BioE Ph.D. Proposal Presentation

2:00 PM, Monday, March 25, 2024

Location: EBB Krone – 4029 Conference Room 

Advisors:

Saad Bhamla, Ph.D. (ChBE, Georgia Institute of Technology)

Marcus Cicerone, Ph.D. (Chemistry & Biochemistry, Georgia Institute of Technology)

Committee:

Nicholas Hud, Ph.D. (Chemistry & Biochemistry, Georgia Institute of Technology)

Mark Prausnitz, Ph.D. (ChBE, Georgia Institute of Technology)

Francisco E Robles, Ph.D. (BME, Georgia Institute of Technology)

 

Bringing Universal Diagnostics to the Point-of-Care: Raman Spectroscopy, Sample Preservation, and Machine Learning

Raman spectroscopy (RS) of biofluids such as blood serum, urine, and saliva can diagnose a wide range of diseases such as diabetes, malaria, tuberculosis, celiac disease, cancer, and Alzheimer's. This has been shown on conventional Raman spectrometers costing >$100,000. We are developing a sub-$100 “frugal” Raman spectrometer with comparable sensitivity for broad-based biofluid diagnostics at the point-of-care (POC). We predict that our method will have sufficient signal for many diagnostics in just a 3-minute scan. Unlike Surface Enhanced Raman Spectroscopy (RS), our technique requires no special reagents, allowing the cost per test to drop to almost zero. We will first target tuberculosis (TB), for which such a fast, affordable test, deployed at TB centers, can save nearly 200,000 lives per year by reducing patient loss to follow-up.

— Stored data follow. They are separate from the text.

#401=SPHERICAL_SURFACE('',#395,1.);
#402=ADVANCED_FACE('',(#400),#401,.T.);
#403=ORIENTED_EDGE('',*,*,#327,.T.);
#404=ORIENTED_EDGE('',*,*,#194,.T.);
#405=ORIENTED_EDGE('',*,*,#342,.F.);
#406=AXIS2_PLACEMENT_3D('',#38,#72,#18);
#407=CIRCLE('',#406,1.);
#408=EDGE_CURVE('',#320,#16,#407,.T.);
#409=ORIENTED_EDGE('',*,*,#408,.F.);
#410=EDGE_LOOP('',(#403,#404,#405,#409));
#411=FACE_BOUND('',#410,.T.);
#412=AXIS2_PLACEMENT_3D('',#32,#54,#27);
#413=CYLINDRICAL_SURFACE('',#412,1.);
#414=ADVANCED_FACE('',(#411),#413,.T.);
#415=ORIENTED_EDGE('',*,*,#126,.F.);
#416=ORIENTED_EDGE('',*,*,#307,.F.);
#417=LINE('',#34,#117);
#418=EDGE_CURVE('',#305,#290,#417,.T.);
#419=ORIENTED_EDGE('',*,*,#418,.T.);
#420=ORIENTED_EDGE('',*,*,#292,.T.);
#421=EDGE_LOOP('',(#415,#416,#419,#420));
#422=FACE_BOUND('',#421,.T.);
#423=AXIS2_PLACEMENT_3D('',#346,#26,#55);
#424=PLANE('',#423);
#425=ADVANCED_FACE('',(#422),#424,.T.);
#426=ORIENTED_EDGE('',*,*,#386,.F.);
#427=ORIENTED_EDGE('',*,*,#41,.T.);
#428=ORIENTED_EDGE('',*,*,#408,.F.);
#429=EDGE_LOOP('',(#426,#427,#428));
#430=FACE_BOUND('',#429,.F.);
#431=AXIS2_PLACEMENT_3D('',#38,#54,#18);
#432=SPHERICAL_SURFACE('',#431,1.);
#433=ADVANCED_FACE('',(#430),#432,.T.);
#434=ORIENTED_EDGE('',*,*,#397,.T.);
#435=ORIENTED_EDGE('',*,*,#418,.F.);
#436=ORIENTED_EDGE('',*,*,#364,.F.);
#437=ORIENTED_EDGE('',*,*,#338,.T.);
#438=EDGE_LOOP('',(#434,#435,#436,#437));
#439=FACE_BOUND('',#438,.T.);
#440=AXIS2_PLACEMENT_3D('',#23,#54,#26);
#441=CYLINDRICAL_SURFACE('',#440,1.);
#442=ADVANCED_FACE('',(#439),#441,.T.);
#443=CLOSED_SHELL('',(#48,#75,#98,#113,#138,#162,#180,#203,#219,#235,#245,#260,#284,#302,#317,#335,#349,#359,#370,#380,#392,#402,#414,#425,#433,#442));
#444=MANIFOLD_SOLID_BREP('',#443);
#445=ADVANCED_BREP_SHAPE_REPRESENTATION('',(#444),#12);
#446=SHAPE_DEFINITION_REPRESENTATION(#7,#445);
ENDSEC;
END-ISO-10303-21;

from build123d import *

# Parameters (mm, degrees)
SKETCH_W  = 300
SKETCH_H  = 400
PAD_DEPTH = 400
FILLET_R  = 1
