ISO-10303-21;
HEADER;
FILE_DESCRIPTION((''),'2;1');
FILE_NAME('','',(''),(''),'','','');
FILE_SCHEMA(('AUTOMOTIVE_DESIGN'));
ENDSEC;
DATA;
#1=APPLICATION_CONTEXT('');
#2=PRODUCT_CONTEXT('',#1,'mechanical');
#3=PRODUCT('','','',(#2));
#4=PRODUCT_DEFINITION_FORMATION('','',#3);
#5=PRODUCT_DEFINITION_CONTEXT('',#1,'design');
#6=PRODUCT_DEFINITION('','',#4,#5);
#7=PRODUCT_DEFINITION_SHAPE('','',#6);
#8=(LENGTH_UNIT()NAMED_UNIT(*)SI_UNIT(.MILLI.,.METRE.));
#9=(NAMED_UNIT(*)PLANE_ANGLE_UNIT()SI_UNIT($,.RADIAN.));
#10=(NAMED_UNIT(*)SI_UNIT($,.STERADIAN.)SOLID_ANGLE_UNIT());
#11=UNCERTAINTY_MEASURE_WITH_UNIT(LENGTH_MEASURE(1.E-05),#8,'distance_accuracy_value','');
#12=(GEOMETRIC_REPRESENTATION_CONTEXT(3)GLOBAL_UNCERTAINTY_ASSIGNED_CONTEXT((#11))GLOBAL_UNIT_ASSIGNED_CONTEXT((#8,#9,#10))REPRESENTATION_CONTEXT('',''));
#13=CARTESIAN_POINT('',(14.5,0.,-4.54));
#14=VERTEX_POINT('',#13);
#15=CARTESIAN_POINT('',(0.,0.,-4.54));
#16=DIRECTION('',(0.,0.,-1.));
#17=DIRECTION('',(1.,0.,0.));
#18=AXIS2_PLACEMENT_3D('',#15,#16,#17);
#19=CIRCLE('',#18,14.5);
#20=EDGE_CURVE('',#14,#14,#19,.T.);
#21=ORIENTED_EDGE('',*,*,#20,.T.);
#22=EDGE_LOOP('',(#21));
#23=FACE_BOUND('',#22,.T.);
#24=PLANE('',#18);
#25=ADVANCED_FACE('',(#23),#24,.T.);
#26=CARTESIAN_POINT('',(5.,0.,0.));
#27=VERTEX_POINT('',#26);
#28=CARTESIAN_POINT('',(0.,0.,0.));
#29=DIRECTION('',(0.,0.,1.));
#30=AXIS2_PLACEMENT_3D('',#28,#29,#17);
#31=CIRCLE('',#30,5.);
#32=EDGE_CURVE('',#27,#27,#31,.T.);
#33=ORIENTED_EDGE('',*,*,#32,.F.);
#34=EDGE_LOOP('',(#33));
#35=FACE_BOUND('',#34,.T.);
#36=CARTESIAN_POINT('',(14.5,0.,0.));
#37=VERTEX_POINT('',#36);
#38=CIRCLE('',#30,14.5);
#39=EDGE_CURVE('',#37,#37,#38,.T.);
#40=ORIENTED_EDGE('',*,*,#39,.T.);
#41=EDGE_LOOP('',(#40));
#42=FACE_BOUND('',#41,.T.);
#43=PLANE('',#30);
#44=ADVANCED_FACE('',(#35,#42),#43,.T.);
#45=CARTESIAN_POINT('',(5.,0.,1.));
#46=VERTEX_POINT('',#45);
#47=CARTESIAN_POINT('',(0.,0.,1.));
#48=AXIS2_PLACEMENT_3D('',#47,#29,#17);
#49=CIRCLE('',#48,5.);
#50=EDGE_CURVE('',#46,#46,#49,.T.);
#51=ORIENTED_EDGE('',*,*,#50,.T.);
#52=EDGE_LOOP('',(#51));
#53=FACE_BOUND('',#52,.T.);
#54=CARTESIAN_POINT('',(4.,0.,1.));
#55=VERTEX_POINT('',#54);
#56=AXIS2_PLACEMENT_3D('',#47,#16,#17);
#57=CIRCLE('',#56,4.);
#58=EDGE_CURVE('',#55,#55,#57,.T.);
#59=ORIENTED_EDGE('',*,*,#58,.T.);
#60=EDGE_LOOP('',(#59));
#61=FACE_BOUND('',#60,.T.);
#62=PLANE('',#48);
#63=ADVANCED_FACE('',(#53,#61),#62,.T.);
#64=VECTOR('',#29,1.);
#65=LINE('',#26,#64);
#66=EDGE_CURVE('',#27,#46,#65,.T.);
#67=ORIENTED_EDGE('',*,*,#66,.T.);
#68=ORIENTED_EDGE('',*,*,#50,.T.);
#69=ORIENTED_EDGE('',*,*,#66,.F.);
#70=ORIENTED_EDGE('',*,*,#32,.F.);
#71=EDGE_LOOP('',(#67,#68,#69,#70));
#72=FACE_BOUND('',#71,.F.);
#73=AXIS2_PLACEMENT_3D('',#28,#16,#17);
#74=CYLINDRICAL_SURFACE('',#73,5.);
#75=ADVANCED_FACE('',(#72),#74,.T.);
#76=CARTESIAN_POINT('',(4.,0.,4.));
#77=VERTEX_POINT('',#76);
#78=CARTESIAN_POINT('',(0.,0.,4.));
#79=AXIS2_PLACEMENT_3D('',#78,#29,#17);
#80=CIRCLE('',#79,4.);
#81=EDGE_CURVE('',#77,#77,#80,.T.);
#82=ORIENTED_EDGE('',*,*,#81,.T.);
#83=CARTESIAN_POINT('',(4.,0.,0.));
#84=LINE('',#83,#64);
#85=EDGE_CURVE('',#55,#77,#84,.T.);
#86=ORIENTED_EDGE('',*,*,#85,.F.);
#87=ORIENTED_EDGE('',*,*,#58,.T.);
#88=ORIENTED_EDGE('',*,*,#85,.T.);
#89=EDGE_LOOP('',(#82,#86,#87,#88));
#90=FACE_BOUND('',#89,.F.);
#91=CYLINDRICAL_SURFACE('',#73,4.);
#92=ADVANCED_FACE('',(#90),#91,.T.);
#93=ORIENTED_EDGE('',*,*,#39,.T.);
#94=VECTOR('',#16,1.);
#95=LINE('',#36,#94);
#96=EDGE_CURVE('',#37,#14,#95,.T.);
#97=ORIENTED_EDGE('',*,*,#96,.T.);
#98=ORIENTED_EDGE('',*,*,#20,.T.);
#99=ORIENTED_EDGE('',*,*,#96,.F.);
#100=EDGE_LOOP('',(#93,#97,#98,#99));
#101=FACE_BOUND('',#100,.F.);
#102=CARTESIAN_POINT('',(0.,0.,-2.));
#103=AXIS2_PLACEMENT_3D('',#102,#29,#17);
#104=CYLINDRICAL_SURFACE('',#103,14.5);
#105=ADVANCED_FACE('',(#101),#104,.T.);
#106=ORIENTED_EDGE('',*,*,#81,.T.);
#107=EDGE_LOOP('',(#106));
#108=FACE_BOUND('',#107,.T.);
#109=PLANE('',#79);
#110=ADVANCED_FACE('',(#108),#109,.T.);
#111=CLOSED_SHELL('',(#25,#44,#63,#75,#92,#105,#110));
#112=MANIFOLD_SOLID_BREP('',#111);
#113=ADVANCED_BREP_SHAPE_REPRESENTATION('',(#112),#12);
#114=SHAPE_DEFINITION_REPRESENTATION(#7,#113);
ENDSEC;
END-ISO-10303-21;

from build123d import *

# Parameters (mm, degrees)
F0_R      = 4
F1_DEPTH  = 4
F2_R      = 14.5
F3_DEPTH  = 2
F4_R      = 5
F5_DEPTH  = 1
F3_FACE_R = 14.5
F6_DEPTH  = 2.54


with BuildPart() as f1:
    # F0 (on Top) → F1 (new body)
    with BuildSketch(Plane.XY):
        Circle(F0_R)
    extrude(amount=F1_DEPTH)

    # F2 (on Top) → F3 (join)
    with BuildSketch(Plane.XY):
        Circle(F2_R)
    extrude(amount=-F3_DEPTH)

    # F4 (on Top) → F5 (join)
    with BuildSketch(Plane.XY):
        Circle(F4_R)
    extrude(amount=F5_DEPTH)

    # F3_face (on face) → F6 (join)
    with BuildSketch(Plane(origin=(0, 0, -2), x_dir=(1, 0, 0), z_dir=(0, 0, -1))):
        Circle(F3_FACE_R)
    extrude(amount=F6_DEPTH)


solid = f1.part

In parallel, we are developing a fast, sub-$100 POC sample-drying instrument that enables biofluids to be preserved and transported without a cold-chain. This will enable remote POCs to offer a wider array of diagnostic tests without forcing the patient to travel. Our $60 prototype can dry a 1 mL sample in under 20 minutes where the Labconco Centrivap, a >$20,000 commercial instrument, takes over 5 hours (18x faster).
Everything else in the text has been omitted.